### To do
Restate word for word the lines of the records below, starting at the line that contains "e15 v14 v14" and ending at the line that contains "e21 v19 v20 LINE", with both of those lines included and nothing else.

######

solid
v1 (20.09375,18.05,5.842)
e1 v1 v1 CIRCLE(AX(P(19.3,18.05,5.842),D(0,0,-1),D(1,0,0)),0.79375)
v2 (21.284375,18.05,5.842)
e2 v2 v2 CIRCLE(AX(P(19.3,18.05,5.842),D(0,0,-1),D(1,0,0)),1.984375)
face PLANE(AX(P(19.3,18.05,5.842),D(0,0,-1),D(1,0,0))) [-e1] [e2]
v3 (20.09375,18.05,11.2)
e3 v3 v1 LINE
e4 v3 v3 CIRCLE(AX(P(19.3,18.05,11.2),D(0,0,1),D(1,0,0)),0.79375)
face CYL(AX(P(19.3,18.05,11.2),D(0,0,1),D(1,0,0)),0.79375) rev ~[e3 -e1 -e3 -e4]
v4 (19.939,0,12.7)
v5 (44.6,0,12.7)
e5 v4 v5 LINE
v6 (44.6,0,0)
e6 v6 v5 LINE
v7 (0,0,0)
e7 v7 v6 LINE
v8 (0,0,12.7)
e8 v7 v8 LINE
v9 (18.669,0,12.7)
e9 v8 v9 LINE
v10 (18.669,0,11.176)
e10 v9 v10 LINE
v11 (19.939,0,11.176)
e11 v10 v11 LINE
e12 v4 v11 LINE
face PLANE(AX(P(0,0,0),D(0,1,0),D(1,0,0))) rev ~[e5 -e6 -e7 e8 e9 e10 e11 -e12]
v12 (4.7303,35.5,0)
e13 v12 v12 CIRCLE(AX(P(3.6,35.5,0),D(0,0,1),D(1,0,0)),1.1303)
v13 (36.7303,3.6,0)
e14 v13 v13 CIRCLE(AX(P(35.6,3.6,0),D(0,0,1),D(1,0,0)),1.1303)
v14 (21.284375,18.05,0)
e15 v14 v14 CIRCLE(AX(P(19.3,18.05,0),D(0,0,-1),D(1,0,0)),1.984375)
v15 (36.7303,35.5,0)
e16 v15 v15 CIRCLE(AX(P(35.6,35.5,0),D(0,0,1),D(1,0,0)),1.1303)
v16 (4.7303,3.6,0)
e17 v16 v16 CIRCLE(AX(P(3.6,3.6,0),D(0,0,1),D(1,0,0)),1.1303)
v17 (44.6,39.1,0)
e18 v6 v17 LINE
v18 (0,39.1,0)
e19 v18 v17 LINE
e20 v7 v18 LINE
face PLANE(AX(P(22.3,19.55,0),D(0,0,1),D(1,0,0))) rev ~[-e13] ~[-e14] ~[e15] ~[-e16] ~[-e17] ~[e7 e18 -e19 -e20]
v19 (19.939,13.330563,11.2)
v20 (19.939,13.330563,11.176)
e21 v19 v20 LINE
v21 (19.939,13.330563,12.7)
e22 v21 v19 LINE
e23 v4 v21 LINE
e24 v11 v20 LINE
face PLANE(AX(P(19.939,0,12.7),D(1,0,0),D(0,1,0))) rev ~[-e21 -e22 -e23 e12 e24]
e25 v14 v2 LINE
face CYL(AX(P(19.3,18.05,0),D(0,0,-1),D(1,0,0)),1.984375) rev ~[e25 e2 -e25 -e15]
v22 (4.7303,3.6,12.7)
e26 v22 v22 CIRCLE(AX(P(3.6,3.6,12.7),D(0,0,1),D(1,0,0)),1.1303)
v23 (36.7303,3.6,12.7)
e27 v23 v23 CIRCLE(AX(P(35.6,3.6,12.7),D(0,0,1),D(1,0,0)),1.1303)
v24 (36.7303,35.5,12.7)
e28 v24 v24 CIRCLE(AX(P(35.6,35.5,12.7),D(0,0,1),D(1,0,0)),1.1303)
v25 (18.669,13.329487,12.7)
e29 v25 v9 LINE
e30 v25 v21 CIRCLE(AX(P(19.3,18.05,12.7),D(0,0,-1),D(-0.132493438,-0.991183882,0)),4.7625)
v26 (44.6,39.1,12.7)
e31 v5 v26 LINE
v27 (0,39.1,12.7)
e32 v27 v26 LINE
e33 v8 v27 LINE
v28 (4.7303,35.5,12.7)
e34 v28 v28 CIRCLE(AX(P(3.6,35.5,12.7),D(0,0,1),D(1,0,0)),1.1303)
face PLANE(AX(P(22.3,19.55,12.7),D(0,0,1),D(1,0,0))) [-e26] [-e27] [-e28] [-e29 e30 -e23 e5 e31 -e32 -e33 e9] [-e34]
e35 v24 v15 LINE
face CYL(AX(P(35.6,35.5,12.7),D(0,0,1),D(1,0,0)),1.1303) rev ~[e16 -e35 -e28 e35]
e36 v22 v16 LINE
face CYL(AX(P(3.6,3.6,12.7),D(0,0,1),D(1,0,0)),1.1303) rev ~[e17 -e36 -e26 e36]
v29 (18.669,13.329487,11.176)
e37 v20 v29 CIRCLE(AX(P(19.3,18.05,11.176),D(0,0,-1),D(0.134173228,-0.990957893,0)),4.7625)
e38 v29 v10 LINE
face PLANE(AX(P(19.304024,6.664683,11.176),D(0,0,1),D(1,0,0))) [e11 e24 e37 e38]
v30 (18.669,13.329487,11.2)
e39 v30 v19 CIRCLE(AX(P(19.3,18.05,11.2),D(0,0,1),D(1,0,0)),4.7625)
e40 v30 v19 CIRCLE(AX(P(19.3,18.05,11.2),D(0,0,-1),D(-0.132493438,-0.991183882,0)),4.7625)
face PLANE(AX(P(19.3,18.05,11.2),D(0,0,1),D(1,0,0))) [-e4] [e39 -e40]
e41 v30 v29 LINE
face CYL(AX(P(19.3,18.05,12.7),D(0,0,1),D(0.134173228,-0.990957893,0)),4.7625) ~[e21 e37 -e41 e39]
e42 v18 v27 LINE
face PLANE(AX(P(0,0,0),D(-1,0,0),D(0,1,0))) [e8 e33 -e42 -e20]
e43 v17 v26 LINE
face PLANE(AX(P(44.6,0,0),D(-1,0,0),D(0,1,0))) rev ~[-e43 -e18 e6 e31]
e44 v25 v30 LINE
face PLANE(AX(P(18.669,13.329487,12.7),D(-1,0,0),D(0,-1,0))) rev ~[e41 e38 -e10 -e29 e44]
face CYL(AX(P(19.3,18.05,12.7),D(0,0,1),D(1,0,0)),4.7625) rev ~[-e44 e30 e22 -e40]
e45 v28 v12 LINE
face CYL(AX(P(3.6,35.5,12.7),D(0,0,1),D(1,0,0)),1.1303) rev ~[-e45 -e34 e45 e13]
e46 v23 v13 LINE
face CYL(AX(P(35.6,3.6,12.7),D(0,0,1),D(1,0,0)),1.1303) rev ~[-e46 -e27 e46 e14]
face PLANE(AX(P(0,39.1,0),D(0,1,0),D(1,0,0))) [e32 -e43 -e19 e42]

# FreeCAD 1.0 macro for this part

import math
import FreeCAD as App
import Part
import Sketcher
Q = App.Units.Quantity


def add_polygon(sketch, points):
    """Adds a closed chain of lines whose ends are joined by coincident constraints."""
    first, n = sketch.GeometryCount, len(points)
    for a, b in zip(points, points[1:] + points[:1]):
        sketch.addGeometry(Part.LineSegment(App.Vector(*a, 0), App.Vector(*b, 0)), False)
    for i in range(n):
        sketch.addConstraint(Sketcher.Constraint("Coincident", first + i, 2, first + (i + 1) % n, 1))

doc = App.newDocument("Part")
body = doc.addObject("PartDesign::Body", "Body")

# Sketch on XY plane
sketch1 = body.newObject("Sketcher::SketchObject", "Sketch")
sketch1.AttachmentSupport = (doc.getObject("XY_Plane"), [""])
sketch1.MapMode = "FlatFace"
add_polygon(sketch1, [(0, 39.1), (0, 0), (44.6, 0), (44.6, 39.1)])  # lines 0-3
sketch1.addConstraint([
    Sketcher.Constraint("Vertical", 0),
    Sketcher.Constraint("Horizontal", 1),
    Sketcher.Constraint("Vertical", 2),
    Sketcher.Constraint("Horizontal", 3),
    Sketcher.Constraint("Coincident", 0, 2, -1, 1),
    Sketcher.Constraint("DistanceX", 1, 1, 1, 2, 44.6),
    Sketcher.Constraint("DistanceY", 0, 2, 0, 1, 39.1),
])
pad1 = body.newObject("PartDesign::Pad", "Pad")
pad1.Profile = sketch1
pad1.Length = Q("0.5 in")

# Sketch on XY plane
sketch2 = body.newObject("Sketcher::SketchObject", "Sketch001")
sketch2.AttachmentSupport = (doc.getObject("XY_Plane"), [""])
sketch2.MapMode = "FlatFace"
sketch2.AttachmentOffset = App.Placement(App.Vector(0, 0, 0.5 * 25.4), App.Rotation())
sketch2.addGeometry([
    Part.Circle(App.Vector(3.6, 35.5, 0), App.Vector(0, 0, 1), 1.1303),
    Part.Circle(App.Vector(3.6, 3.6, 0), App.Vector(0, 0, 1), 1.1303),
    Part.Circle(App.Vector(35.6, 3.6, 0), App.Vector(0, 0, 1), 1.1303),
    Part.Circle(App.Vector(35.6, 35.5, 0), App.Vector(0, 0, 1), 1.1303),
], False)
sketch2.addConstraint([
    Sketcher.Constraint("Equal", 0, 1),
    Sketcher.Constraint("Equal", 1, 2),
    Sketcher.Constraint("Equal", 2, 3),
    Sketcher.Constraint("Horizontal", 1, 3, 2, 3),
    Sketcher.Constraint("Horizontal", 0, 3, 3, 3),
    Sketcher.Constraint("Vertical", 0, 3, 1, 3),
    Sketcher.Constraint("Vertical", 2, 3, 3, 3),
    Sketcher.Constraint("Diameter", 0, Q("0.089 in")),
    Sketcher.Constraint("DistanceX", -1, 1, 0, 3, 3.6),
    Sketcher.Constraint("DistanceY", -1, 1, 0, 3, 35.5),
    Sketcher.Constraint("DistanceY", -1, 1, 1, 3, 3.6),
    Sketcher.Constraint("DistanceX", -1, 1, 2, 3, 35.6),
])
pocket1 = body.newObject("PartDesign::Pocket", "Pocket")
pocket1.Profile = sketch2
pocket1.Length = 25

# Sketch on XY plane
sketch3 = body.newObject("Sketcher::SketchObject", "Sketch002")
sketch3.AttachmentSupport = (doc.getObject("XY_Plane"), [""])
sketch3.MapMode = "FlatFace"
sketch3.AttachmentOffset = App.Placement(App.Vector(0, 0, 0.5 * 25.4), App.Rotation())
sketch3.addGeometry(Part.Circle(App.Vector(19.3, 18.05, 0), App.Vector(0, 0, 1), 4.7625), False)
sketch3.addConstraint([
    Sketcher.Constraint("Diameter", 0, Q("0.375 in")),
    Sketcher.Constraint("DistanceX", -1, 1, 0, 3, 19.3),
    Sketcher.Constraint("DistanceY", -1, 1, 0, 3, 18.05),
])
pocket2 = body.newObject("PartDesign::Pocket", "Pocket001")
pocket2.Profile = sketch3
pocket2.Length = 1.5

# Sketch on XY plane
sketch4 = body.newObject("Sketcher::SketchObject", "Sketch003")
sketch4.AttachmentSupport = (doc.getObject("XY_Plane"), [""])
sketch4.MapMode = "FlatFace"
sketch4.AttachmentOffset = App.Placement(App.Vector(0, 0, 11.2), App.Rotation())
sketch4.addGeometry(Part.Circle(App.Vector(19.3, 18.05, 0), App.Vector(0, 0, 1), 0.79375), False)
sketch4.addConstraint([
    Sketcher.Constraint("Diameter", 0, Q("0.0625 in")),
    Sketcher.Constraint("DistanceX", -1, 1, 0, 3, 19.3),
    Sketcher.Constraint("DistanceY", -1, 1, 0, 3, 18.05),
])
pocket3 = body.newObject("PartDesign::Pocket", "Pocket002")
pocket3.Profile = sketch4
pocket3.Type = "ThroughAll"

# Sketch on XY plane
sketch5 = body.newObject("Sketcher::SketchObject", "Sketch004")
sketch5.AttachmentSupport = (doc.getObject("XY_Plane"), [""])
sketch5.MapMode = "FlatFace"
sketch5.addGeometry([
    Part.Circle(App.Vector(19.3, 18.05, 0), App.Vector(0, 0, 1), 1.984375),
    Part.Circle(App.Vector(19.3, 18.05, 0), App.Vector(0, 0, 1), 0.79375),
], False)
sketch5.addConstraint([
    Sketcher.Constraint("Coincident", 1, 3, 0, 3),
    Sketcher.Constraint("Diameter", 0, Q("0.15625 in")),
    Sketcher.Constraint("Diameter", 1, Q("0.0625 in")),
    Sketcher.Constraint("DistanceX", -1, 1, 0, 3, 19.3),
    Sketcher.Constraint("DistanceY", -1, 1, 0, 3, 18.05),
])
pocket4 = body.newObject("PartDesign::Pocket", "Pocket003")
pocket4.Profile = sketch5
pocket4.Length = Q("0.23 in")
pocket4.Reversed = True

# Sketch on XY plane
sketch6 = body.newObject("Sketcher::SketchObject", "Sketch005")
sketch6.AttachmentSupport = (doc.getObject("XY_Plane"), [""])
sketch6.MapMode = "FlatFace"
sketch6.AttachmentOffset = App.Placement(App.Vector(0, 0, 0.5 * 25.4), App.Rotation())
sketch6.addGeometry([
    Part.ArcOfCircle(Part.Circle(App.Vector(19.3, 18.05, 0), App.Vector(0, 0, 1), 4.7625), math.radians(-97.613702), math.radians(-82.289186)),
    Part.LineSegment(App.Vector(18.669, 13.329487, 0), App.Vector(18.669, 0, 0)),
    Part.LineSegment(App.Vector(18.669, 0, 0), App.Vector(19.939, 0, 0)),
    Part.LineSegment(App.Vector(19.939, 0, 0), App.Vector(19.939, 13.330563, 0)),
], False)
sketch6.addConstraint([
    Sketcher.Constraint("Coincident", 0, 1, 1, 1),
    Sketcher.Constraint("Coincident", 1, 2, 2, 1),
    Sketcher.Constraint("Coincident", 2, 2, 3, 1),
    Sketcher.Constraint("Coincident", 3, 2, 0, 2),
    Sketcher.Constraint("Vertical", 1),
    Sketcher.Constraint("Horizontal", 2),
    Sketcher.Constraint("Vertical", 3),
    Sketcher.Constraint("PointOnObject", 1, 2, -1),
    Sketcher.Constraint("Radius", 0, Q("0.1875 in")),
    Sketcher.Constraint("DistanceX", 2, 1, 2, 2, Q("0.05 in")),
    Sketcher.Constraint("DistanceX", -1, 1, 0, 1, Q("0.735 in")),
    Sketcher.Constraint("DistanceX", -1, 1, 0, 3, 19.3),
    Sketcher.Constraint("DistanceY", -1, 1, 0, 3, 18.05),
])
pocket5 = body.newObject("PartDesign::Pocket", "Pocket004")
pocket5.Profile = sketch6
pocket5.Length = Q("0.06 in")

doc.recompute()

######

### Result of this exercise
e15 v14 v14 CIRCLE(AX(P(19.3,18.05,0),D(0,0,-1),D(1,0,0)),1.984375)
v15 (36.7303,35.5,0)
e16 v15 v15 CIRCLE(AX(P(35.6,35.5,0),D(0,0,1),D(1,0,0)),1.1303)
v16 (4.7303,3.6,0)
e17 v16 v16 CIRCLE(AX(P(3.6,3.6,0),D(0,0,1),D(1,0,0)),1.1303)
v17 (44.6,39.1,0)
e18 v6 v17 LINE
v18 (0,39.1,0)
e19 v18 v17 LINE
e20 v7 v18 LINE
face PLANE(AX(P(22.3,19.55,0),D(0,0,1),D(1,0,0))) rev ~[-e13] ~[-e14] ~[e15] ~[-e16] ~[-e17] ~[e7 e18 -e19 -e20]
v19 (19.939,13.330563,11.2)
v20 (19.939,13.330563,11.176)
e21 v19 v20 LINE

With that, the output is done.